▸ **Requirement**: Everything in the listing below from the line containing "#118=CLOSED_SHELL('',(#46,#67,#82,#97,#108,#117));" through the line containing "The same part" must be repeated exactly; the remaining lines are not wanted.

▸ **Source material**:
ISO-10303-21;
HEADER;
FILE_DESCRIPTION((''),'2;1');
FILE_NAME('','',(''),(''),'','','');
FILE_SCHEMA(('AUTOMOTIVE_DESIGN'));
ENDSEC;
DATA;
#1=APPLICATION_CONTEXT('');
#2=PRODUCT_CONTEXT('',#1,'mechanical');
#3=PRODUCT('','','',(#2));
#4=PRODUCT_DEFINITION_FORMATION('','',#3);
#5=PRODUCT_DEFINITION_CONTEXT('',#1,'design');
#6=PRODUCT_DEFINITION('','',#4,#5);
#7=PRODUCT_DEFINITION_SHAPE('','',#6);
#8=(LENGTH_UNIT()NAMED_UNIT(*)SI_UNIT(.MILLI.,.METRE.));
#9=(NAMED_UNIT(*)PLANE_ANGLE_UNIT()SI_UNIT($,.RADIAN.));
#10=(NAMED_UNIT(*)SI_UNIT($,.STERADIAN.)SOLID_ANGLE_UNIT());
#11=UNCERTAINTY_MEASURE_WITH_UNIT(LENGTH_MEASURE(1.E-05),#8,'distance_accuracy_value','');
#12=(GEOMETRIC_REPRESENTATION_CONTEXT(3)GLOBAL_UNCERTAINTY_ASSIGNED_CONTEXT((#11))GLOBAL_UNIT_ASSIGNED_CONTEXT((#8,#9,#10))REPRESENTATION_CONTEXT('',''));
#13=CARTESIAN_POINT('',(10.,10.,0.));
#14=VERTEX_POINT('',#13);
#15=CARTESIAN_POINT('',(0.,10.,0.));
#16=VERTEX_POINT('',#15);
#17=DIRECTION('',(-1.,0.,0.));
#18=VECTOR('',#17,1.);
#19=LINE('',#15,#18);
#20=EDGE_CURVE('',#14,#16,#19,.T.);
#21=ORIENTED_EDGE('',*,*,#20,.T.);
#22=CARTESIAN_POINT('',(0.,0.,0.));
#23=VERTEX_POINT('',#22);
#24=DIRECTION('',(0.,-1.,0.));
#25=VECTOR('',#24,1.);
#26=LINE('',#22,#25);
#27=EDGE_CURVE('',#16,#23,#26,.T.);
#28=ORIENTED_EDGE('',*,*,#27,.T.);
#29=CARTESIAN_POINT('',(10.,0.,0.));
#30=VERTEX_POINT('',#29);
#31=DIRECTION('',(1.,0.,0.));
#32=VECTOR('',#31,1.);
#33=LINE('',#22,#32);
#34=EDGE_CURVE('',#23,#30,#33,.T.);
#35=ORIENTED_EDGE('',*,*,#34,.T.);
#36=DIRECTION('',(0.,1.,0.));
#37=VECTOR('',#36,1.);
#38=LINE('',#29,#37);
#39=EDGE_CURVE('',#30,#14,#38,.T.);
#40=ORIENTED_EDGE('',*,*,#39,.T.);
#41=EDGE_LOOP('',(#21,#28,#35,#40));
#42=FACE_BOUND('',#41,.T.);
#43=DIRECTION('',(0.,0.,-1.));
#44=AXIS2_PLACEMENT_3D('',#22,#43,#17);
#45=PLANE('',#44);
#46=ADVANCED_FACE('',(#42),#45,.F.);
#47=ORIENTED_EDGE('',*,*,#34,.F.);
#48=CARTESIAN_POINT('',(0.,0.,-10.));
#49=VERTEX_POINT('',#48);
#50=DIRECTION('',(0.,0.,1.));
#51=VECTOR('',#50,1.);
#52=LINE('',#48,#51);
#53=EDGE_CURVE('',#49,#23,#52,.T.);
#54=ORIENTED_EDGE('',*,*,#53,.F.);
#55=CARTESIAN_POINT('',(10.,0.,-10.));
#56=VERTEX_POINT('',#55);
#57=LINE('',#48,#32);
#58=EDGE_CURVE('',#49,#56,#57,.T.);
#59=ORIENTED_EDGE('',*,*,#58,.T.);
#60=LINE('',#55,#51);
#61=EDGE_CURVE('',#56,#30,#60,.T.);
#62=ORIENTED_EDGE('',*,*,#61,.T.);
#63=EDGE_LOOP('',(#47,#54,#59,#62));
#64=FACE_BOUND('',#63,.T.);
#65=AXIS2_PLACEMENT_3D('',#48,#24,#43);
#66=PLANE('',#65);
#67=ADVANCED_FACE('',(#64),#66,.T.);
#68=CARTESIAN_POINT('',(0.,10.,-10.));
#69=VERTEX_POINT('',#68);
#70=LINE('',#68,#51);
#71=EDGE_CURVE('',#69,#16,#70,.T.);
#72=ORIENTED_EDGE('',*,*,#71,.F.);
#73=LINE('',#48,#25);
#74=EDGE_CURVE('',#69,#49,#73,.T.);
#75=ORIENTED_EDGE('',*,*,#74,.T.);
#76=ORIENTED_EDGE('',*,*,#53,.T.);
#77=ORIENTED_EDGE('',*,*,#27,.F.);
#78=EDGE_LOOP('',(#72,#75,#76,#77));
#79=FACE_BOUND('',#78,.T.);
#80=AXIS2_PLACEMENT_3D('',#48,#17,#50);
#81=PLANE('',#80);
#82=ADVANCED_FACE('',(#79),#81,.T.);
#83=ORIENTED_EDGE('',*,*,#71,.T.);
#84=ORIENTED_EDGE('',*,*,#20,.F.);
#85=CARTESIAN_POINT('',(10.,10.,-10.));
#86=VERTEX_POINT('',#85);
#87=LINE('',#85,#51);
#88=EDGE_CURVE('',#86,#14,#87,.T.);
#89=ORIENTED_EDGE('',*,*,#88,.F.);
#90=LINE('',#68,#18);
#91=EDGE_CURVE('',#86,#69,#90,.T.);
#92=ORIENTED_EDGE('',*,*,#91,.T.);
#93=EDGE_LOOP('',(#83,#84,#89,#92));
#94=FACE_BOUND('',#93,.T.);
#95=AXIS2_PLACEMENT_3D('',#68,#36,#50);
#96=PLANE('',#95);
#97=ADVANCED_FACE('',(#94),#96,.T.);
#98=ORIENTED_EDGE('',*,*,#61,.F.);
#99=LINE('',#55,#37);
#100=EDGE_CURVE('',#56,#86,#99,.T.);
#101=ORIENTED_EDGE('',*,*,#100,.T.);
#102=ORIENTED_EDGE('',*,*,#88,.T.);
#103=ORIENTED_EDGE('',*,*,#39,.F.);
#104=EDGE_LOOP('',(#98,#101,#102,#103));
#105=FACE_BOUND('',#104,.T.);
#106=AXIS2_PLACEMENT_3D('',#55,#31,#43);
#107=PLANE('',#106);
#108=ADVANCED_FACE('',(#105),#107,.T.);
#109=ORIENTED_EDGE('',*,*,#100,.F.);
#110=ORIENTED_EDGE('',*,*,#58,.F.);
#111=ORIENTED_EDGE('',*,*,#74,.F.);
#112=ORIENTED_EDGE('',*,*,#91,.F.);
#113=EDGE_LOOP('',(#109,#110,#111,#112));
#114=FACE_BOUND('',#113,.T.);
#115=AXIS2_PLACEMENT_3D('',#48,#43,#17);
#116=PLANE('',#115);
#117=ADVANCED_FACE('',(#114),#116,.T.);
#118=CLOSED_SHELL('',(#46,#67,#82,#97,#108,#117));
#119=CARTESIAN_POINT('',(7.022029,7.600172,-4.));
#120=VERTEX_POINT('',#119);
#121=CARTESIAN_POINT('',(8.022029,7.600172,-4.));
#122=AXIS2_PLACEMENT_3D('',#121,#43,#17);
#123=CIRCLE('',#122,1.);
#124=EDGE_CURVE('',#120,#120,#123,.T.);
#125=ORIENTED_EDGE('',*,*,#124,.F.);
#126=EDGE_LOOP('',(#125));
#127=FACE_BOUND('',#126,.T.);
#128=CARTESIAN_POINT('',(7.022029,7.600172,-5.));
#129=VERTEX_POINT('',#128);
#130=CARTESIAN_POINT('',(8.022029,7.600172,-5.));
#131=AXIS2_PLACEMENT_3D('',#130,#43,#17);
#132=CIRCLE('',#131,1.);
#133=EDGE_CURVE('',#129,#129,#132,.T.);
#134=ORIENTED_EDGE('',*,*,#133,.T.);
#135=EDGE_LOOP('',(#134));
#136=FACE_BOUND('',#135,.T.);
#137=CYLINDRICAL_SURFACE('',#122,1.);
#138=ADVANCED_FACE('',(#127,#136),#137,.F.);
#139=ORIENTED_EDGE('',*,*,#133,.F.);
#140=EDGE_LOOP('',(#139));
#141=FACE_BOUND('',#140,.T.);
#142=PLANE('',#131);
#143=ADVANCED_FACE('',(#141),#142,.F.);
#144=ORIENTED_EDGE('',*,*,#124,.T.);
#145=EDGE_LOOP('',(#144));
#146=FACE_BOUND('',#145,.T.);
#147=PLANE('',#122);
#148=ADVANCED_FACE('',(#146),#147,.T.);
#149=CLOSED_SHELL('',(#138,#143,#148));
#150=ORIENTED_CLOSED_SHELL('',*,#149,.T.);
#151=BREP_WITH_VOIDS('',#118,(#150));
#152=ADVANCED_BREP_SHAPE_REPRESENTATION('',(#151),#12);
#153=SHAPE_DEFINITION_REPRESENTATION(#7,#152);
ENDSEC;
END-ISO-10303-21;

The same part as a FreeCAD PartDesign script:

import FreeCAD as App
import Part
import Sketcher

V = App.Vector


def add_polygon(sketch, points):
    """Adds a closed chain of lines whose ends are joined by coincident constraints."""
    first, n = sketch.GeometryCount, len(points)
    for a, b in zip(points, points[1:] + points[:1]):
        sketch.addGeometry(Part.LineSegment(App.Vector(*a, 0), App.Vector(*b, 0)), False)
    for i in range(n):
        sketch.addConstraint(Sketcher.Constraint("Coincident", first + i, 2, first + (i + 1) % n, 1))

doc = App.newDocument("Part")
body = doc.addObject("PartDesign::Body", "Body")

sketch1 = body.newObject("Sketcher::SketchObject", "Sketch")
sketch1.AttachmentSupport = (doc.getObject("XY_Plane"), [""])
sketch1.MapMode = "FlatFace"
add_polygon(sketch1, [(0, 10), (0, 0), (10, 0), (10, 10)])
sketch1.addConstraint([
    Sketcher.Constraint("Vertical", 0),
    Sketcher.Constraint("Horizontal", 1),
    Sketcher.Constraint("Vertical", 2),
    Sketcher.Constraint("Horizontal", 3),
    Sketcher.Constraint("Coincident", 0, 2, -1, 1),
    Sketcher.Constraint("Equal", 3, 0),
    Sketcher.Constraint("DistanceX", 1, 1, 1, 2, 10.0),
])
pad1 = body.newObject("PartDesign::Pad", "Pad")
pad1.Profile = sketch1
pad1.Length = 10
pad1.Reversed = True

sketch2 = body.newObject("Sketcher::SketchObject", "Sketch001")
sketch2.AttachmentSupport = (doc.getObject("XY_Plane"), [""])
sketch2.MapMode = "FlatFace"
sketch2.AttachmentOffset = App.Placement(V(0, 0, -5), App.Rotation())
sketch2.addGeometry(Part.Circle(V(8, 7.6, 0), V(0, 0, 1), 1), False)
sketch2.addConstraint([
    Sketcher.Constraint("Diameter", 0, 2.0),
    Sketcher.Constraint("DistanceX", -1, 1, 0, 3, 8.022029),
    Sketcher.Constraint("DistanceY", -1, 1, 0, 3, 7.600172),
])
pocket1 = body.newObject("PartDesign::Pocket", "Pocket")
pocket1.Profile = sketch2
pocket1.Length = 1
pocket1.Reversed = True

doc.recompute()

▸ **Written response**:
#118=CLOSED_SHELL('',(#46,#67,#82,#97,#108,#117));
#119=CARTESIAN_POINT('',(7.022029,7.600172,-4.));
#120=VERTEX_POINT('',#119);
#121=CARTESIAN_POINT('',(8.022029,7.600172,-4.));
#122=AXIS2_PLACEMENT_3D('',#121,#43,#17);
#123=CIRCLE('',#122,1.);
#124=EDGE_CURVE('',#120,#120,#123,.T.);
#125=ORIENTED_EDGE('',*,*,#124,.F.);
#126=EDGE_LOOP('',(#125));
#127=FACE_BOUND('',#126,.T.);
#128=CARTESIAN_POINT('',(7.022029,7.600172,-5.));
#129=VERTEX_POINT('',#128);
#130=CARTESIAN_POINT('',(8.022029,7.600172,-5.));
#131=AXIS2_PLACEMENT_3D('',#130,#43,#17);
#132=CIRCLE('',#131,1.);
#133=EDGE_CURVE('',#129,#129,#132,.T.);
#134=ORIENTED_EDGE('',*,*,#133,.T.);
#135=EDGE_LOOP('',(#134));
#136=FACE_BOUND('',#135,.T.);
#137=CYLINDRICAL_SURFACE('',#122,1.);
#138=ADVANCED_FACE('',(#127,#136),#137,.F.);
#139=ORIENTED_EDGE('',*,*,#133,.F.);
#140=EDGE_LOOP('',(#139));
#141=FACE_BOUND('',#140,.T.);
#142=PLANE('',#131);
#143=ADVANCED_FACE('',(#141),#142,.F.);
#144=ORIENTED_EDGE('',*,*,#124,.T.);
#145=EDGE_LOOP('',(#144));
#146=FACE_BOUND('',#145,.T.);
#147=PLANE('',#122);
#148=ADVANCED_FACE('',(#146),#147,.T.);
#149=CLOSED_SHELL('',(#138,#143,#148));
#150=ORIENTED_CLOSED_SHELL('',*,#149,.T.);
#151=BREP_WITH_VOIDS('',#118,(#150));
#152=ADVANCED_BREP_SHAPE_REPRESENTATION('',(#151),#12);
#153=SHAPE_DEFINITION_REPRESENTATION(#7,#152);
ENDSEC;
END-ISO-10303-21;

The same part as a FreeCAD PartDesign script:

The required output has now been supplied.